How to Improve Order-to-Cash Cycle for HME Revenue Management

How to Improve Order-to-Cash Cycle for HME Revenue Management

A person is using a wheelchair, symbolizing home medical equipment (HME) services.

There are problems in the HME billing field, which can make it a gauntlet to navigate cash flow. From paperwork to order processing to payer approval and collections, each step affects how quickly you’re paid. A proper HME revenue cycle process guarantees that all claims flow smoothly from acquiring the order right up to the payment, minimizing denials and maximizing profitability for your business overall.

Understanding the HME Order-to-Cash Cycle

 

The HME order-to-cash cycle starts with a physician’s order or prescription and finishes with the successful posting of payments. All of the steps are extremely reliant on good communications, accurate documentation, and regulatory compliance. A single mistake or a delay in one of the steps will harm revenue and lead to unnecessary write-offs.

  1. Implement Documentation from Day One

Inadequate or incorrect documentation is the single most frequent cause of HME claim rejections. Stamping patient information with dates, physician signatures, and medical necessity documentation on every order avoids most problems in the future.

Implement an inspection checklist system to ensure that all necessary documents are obtained prior to claiming. The more accurate the documentation, the sooner claim approvals are received, which accelerates your cash cycle and saves rework costs.

  1. Improve Insurance Verification and Authorization Processes

Timed-out authorization and verification processes in HME revenue cycle management can make cash flow rather slow. Automated authorization processes or trained verification personnel verify patient eligibility and payor requirements in real-time.

A proactive authorization strategy, where personnel verify benefits and seek authorization prior to delivering equipment, minimizes denials and accelerates the process of claim submissions.

  1. Minimize Claim Submission and Payment Posting

Electronic claim submissions eliminated delays in the HME sector, but coding and data entry mistakes continue to haunt.
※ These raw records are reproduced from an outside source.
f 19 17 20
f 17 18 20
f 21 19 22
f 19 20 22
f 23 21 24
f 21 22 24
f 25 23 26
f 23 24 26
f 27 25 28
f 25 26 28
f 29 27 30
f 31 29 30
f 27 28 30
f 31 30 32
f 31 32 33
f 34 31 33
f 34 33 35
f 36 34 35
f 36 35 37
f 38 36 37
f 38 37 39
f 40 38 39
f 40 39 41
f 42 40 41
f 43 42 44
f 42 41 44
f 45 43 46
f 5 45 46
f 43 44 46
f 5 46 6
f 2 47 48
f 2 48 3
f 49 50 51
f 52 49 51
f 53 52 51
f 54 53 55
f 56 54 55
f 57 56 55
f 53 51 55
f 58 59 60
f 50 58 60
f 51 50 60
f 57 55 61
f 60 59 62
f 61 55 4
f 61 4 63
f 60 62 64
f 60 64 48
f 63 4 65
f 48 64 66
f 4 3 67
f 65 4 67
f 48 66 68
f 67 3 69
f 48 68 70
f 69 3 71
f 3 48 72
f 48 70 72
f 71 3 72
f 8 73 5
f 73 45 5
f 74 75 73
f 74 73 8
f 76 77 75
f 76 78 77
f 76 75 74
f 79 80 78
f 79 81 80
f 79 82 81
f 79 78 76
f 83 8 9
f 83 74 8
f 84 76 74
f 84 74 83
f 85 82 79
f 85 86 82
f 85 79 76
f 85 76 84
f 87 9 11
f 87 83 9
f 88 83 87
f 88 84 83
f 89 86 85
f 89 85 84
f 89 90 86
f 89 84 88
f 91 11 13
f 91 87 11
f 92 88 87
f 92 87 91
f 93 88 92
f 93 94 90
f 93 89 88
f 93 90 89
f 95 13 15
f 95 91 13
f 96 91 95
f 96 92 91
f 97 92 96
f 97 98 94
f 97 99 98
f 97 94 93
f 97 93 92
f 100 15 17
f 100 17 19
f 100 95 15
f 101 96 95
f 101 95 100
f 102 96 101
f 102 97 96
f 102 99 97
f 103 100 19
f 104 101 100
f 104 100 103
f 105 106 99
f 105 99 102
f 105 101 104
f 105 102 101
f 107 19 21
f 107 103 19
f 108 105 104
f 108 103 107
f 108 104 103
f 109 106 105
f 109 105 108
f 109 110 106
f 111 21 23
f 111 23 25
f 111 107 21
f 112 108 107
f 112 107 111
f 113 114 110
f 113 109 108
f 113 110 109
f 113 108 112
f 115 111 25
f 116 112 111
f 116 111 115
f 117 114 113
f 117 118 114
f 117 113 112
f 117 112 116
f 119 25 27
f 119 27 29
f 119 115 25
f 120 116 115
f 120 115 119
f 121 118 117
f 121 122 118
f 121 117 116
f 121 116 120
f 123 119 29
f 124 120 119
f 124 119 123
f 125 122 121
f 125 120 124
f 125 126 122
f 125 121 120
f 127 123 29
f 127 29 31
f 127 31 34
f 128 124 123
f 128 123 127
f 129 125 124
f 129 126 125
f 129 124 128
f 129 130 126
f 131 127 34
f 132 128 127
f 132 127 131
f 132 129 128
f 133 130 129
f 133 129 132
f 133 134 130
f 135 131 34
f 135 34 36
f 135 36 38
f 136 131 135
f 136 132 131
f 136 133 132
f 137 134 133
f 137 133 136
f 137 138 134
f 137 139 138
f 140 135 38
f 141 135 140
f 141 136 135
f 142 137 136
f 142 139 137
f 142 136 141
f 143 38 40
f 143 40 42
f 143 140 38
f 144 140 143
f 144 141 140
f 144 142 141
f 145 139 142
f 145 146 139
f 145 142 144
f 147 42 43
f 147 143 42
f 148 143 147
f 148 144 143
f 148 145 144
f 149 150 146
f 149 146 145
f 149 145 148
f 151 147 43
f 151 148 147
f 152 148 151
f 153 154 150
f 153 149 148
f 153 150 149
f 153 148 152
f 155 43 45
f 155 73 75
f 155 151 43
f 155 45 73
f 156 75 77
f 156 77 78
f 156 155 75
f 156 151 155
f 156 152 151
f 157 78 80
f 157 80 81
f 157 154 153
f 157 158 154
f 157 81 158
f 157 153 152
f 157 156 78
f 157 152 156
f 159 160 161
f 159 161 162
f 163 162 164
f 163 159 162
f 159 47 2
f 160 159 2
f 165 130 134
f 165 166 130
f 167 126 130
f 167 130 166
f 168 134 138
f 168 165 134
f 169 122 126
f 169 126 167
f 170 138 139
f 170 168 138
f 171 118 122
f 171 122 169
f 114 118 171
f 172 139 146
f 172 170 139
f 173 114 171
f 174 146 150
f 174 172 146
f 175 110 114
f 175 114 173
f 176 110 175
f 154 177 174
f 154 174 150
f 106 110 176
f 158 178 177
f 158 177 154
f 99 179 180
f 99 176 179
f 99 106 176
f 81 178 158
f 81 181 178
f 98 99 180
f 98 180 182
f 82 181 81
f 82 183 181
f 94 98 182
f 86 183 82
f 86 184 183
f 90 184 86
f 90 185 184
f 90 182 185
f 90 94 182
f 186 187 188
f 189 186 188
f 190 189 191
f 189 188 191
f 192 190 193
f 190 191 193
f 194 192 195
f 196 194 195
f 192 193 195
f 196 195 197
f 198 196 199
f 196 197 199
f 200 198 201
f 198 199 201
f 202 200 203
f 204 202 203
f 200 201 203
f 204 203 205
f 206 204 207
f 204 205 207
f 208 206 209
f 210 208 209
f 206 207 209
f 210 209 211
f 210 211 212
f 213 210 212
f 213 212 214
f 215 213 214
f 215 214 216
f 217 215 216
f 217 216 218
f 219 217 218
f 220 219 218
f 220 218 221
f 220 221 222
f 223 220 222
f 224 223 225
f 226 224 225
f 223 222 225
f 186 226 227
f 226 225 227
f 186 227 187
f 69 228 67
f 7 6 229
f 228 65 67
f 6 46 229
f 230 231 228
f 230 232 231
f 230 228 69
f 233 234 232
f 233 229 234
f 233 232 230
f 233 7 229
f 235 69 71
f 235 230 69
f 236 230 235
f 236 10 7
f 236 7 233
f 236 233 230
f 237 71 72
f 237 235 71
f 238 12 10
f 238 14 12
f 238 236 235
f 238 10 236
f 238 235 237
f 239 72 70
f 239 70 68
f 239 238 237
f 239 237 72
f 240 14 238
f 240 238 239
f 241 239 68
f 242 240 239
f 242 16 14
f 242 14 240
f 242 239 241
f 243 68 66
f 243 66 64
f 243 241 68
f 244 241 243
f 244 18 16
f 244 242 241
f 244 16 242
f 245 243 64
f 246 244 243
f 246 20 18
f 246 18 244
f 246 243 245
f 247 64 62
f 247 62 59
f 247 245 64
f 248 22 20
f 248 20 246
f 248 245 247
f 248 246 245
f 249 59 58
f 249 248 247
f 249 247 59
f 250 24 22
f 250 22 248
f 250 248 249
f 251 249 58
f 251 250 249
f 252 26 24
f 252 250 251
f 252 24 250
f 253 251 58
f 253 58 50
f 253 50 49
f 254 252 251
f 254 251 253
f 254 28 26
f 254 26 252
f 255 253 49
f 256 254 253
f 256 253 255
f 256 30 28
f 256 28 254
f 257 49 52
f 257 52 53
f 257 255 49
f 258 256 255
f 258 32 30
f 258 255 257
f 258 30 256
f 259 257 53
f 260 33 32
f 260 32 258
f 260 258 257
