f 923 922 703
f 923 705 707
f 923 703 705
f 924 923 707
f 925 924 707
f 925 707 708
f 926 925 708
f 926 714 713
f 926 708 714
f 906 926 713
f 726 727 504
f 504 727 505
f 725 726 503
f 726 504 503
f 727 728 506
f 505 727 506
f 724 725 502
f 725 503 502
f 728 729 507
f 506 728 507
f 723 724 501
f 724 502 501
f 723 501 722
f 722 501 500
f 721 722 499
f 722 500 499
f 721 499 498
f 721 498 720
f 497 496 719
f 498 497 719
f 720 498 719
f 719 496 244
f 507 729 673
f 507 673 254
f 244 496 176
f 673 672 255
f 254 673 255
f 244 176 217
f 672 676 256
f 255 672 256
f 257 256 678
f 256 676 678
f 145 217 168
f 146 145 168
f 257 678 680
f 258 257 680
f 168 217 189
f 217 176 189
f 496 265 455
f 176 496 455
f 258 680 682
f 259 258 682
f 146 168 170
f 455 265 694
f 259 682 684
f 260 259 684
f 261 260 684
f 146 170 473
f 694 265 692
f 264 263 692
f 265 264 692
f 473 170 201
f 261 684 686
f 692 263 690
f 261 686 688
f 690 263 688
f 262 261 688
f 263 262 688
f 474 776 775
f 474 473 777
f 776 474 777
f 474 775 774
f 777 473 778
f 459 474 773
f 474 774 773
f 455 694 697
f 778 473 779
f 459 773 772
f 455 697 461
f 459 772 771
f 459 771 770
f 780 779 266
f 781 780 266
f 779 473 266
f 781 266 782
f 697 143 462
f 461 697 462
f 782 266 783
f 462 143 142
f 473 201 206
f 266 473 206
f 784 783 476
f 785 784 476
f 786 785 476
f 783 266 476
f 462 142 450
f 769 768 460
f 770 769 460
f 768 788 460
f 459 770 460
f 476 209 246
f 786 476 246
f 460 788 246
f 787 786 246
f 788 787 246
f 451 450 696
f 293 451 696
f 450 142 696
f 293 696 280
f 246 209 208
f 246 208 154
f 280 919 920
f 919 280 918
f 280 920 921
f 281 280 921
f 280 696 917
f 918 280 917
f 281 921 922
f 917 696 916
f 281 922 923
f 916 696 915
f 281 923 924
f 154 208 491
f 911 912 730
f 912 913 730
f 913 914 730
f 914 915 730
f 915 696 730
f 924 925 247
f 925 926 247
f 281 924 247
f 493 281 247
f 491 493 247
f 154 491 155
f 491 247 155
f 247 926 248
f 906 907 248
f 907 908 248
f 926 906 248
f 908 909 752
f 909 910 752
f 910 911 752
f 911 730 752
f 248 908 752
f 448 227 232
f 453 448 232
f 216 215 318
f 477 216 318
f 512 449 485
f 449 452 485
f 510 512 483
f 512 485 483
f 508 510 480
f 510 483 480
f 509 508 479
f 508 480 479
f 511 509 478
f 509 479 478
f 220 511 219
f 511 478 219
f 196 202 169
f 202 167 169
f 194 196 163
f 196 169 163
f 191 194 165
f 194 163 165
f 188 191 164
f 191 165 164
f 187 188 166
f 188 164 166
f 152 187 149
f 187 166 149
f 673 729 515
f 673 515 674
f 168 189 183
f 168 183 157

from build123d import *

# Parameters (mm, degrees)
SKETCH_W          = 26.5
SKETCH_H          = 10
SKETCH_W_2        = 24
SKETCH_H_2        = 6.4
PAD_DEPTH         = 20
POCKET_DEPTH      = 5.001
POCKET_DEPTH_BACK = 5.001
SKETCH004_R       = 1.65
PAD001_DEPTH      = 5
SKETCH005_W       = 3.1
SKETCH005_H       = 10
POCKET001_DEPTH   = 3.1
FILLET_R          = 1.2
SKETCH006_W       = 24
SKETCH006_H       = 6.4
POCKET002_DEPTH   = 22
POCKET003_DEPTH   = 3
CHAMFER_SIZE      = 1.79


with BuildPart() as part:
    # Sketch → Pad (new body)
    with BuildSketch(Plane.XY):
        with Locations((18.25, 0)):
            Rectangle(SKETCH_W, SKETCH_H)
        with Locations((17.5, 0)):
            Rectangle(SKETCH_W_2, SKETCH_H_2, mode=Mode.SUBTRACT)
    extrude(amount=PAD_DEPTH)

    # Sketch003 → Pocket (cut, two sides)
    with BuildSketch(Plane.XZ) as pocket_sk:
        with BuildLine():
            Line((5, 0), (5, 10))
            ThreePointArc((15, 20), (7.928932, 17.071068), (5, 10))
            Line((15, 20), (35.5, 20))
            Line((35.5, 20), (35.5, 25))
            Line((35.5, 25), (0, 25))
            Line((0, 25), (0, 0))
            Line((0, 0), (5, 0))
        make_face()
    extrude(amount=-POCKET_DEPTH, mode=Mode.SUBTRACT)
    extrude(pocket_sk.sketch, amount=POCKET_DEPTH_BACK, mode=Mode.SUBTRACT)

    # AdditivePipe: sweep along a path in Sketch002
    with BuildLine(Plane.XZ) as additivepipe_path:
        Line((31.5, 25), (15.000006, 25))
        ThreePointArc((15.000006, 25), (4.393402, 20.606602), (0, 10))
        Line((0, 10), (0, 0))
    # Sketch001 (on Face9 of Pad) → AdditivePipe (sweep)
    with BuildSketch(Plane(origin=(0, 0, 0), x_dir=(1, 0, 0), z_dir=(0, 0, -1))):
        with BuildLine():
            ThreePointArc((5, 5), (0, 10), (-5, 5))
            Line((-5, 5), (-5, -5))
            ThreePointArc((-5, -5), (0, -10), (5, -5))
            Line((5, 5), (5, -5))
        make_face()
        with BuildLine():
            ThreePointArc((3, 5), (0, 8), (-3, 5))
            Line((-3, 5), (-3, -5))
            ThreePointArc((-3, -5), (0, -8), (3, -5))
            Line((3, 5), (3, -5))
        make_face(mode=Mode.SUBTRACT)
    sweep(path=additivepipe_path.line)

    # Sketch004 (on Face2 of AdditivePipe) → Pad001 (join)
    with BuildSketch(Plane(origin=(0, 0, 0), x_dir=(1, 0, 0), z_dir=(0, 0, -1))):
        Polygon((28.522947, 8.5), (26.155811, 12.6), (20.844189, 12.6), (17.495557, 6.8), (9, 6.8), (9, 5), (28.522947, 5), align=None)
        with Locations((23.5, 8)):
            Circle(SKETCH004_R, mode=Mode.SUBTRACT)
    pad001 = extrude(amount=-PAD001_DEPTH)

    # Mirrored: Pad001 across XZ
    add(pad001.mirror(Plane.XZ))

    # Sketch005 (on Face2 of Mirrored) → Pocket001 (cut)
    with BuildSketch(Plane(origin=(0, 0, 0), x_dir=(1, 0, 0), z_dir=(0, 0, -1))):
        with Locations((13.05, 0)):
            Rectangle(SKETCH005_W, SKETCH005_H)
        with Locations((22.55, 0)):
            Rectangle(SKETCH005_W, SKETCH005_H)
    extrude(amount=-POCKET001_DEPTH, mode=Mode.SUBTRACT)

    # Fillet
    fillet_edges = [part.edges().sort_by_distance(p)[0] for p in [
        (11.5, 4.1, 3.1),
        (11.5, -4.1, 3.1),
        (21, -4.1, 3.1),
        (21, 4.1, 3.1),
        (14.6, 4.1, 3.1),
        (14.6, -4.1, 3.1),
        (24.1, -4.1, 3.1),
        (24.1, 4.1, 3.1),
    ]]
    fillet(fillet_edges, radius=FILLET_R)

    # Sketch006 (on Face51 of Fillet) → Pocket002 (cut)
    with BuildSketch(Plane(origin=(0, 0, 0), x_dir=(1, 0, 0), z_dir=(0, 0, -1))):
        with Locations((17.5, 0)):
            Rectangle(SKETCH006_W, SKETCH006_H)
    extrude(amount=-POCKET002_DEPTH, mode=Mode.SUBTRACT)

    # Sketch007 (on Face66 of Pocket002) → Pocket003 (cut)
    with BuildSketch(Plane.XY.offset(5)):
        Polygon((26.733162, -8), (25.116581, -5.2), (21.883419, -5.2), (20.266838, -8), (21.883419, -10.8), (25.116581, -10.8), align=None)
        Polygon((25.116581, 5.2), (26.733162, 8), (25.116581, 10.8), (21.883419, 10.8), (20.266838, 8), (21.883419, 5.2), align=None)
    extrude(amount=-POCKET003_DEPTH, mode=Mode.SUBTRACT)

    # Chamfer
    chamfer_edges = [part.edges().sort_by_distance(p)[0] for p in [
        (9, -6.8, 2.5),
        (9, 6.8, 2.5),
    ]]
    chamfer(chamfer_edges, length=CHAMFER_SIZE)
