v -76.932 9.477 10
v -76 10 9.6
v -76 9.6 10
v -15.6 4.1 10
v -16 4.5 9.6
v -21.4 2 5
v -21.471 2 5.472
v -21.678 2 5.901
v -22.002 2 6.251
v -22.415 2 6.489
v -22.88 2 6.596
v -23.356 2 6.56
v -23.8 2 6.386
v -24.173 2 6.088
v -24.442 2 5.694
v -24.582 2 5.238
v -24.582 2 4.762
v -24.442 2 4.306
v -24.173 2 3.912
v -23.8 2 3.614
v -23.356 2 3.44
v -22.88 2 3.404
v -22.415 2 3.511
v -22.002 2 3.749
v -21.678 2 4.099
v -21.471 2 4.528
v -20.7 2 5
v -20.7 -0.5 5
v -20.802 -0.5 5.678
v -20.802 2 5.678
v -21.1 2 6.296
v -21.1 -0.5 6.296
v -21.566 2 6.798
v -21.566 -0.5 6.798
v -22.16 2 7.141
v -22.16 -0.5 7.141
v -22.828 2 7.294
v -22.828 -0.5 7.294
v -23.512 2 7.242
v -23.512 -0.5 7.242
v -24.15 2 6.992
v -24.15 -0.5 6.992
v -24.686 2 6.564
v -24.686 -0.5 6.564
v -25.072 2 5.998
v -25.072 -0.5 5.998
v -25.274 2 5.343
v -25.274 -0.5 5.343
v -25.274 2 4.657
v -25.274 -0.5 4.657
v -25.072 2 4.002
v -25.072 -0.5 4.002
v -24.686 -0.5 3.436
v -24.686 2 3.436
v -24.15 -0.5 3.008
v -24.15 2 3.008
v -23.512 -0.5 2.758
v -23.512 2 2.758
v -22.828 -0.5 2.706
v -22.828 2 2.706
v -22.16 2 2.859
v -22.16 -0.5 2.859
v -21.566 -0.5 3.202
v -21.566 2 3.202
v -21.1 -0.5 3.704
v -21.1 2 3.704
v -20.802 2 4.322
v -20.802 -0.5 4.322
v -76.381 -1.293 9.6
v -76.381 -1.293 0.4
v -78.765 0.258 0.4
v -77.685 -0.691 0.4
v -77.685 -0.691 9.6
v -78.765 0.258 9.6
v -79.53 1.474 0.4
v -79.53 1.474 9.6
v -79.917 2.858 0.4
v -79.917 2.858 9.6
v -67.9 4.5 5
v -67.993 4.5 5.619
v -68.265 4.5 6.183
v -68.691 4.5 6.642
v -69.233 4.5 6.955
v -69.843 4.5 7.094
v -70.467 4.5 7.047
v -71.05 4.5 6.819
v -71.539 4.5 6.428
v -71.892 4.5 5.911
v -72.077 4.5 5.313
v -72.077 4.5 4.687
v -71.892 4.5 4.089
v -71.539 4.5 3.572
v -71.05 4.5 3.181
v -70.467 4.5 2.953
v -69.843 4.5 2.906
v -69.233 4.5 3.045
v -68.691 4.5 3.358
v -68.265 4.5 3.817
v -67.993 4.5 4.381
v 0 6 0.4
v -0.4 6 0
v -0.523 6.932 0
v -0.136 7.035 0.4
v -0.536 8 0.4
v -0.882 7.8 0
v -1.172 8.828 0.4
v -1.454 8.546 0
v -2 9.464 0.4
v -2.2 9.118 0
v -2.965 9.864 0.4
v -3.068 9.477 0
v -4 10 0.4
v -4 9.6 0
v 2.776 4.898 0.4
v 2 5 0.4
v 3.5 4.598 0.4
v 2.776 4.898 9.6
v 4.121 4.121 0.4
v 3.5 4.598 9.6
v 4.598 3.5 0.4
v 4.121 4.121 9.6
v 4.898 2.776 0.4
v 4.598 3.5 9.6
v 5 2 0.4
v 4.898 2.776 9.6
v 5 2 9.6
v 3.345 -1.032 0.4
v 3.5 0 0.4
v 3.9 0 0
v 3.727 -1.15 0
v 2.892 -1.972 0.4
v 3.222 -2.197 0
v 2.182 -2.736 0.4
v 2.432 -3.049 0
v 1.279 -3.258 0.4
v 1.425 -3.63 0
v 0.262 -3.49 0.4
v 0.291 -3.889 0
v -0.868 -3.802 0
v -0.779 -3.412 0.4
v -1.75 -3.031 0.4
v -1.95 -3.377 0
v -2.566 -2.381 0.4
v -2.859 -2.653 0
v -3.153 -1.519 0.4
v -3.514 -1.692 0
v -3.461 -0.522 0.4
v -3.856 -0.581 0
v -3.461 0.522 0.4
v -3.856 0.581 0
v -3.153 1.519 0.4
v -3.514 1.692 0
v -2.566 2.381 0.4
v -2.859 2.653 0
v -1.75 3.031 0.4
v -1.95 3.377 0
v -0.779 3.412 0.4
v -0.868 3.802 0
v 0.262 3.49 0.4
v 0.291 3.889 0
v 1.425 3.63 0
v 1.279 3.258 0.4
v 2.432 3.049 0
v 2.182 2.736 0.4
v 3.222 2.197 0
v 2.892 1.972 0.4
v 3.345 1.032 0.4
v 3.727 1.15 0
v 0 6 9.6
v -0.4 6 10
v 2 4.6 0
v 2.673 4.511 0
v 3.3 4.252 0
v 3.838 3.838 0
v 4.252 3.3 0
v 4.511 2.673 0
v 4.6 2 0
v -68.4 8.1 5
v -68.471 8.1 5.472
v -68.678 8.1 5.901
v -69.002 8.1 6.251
Reductions of errors can be achieved by applying claim-scrubbing software and real-time validation prior to submitting them.

Upon receipt, post payments timely and accurately. This has been discovered to minimize time spent and maximize accurate forecasting of future collections.

  1. Improve Denial Management and AR Follow-Up

No matter how well your process is, denials are going to happen. The difference is how well and how fast you can reverse them. Ongoing denial analysis identifies trends, e.g., missing data or improper modifiers, that can be reversed at the source level.

  1. Maximize Automation and Analytics

More and more, technology is stepping in to automate the HME revenue cycle management. Automation eliminates redundant steps, like eligibility verification or claim status check, and analytics offer real-time insights into past-due claims, denials, and patterns of revenue.

 

In the End

Fine-tuning the process for HME billing is a tightrope dance. Each step, from order capture to denial resolution, needs to work as part of a seamless process moving towards quicker, cleaner payments. Many find this difficult to manage in-house, so this is where outsourcing HME revenue cycle management can be helpful. 

A revenue cycle management company experienced in serving HME providers can not only increase your bottom line but also provide patients with the equipment they require on a timely basis. In an era where compliance and care intersect, a seamless billing cycle is good for your financial health and patients, too.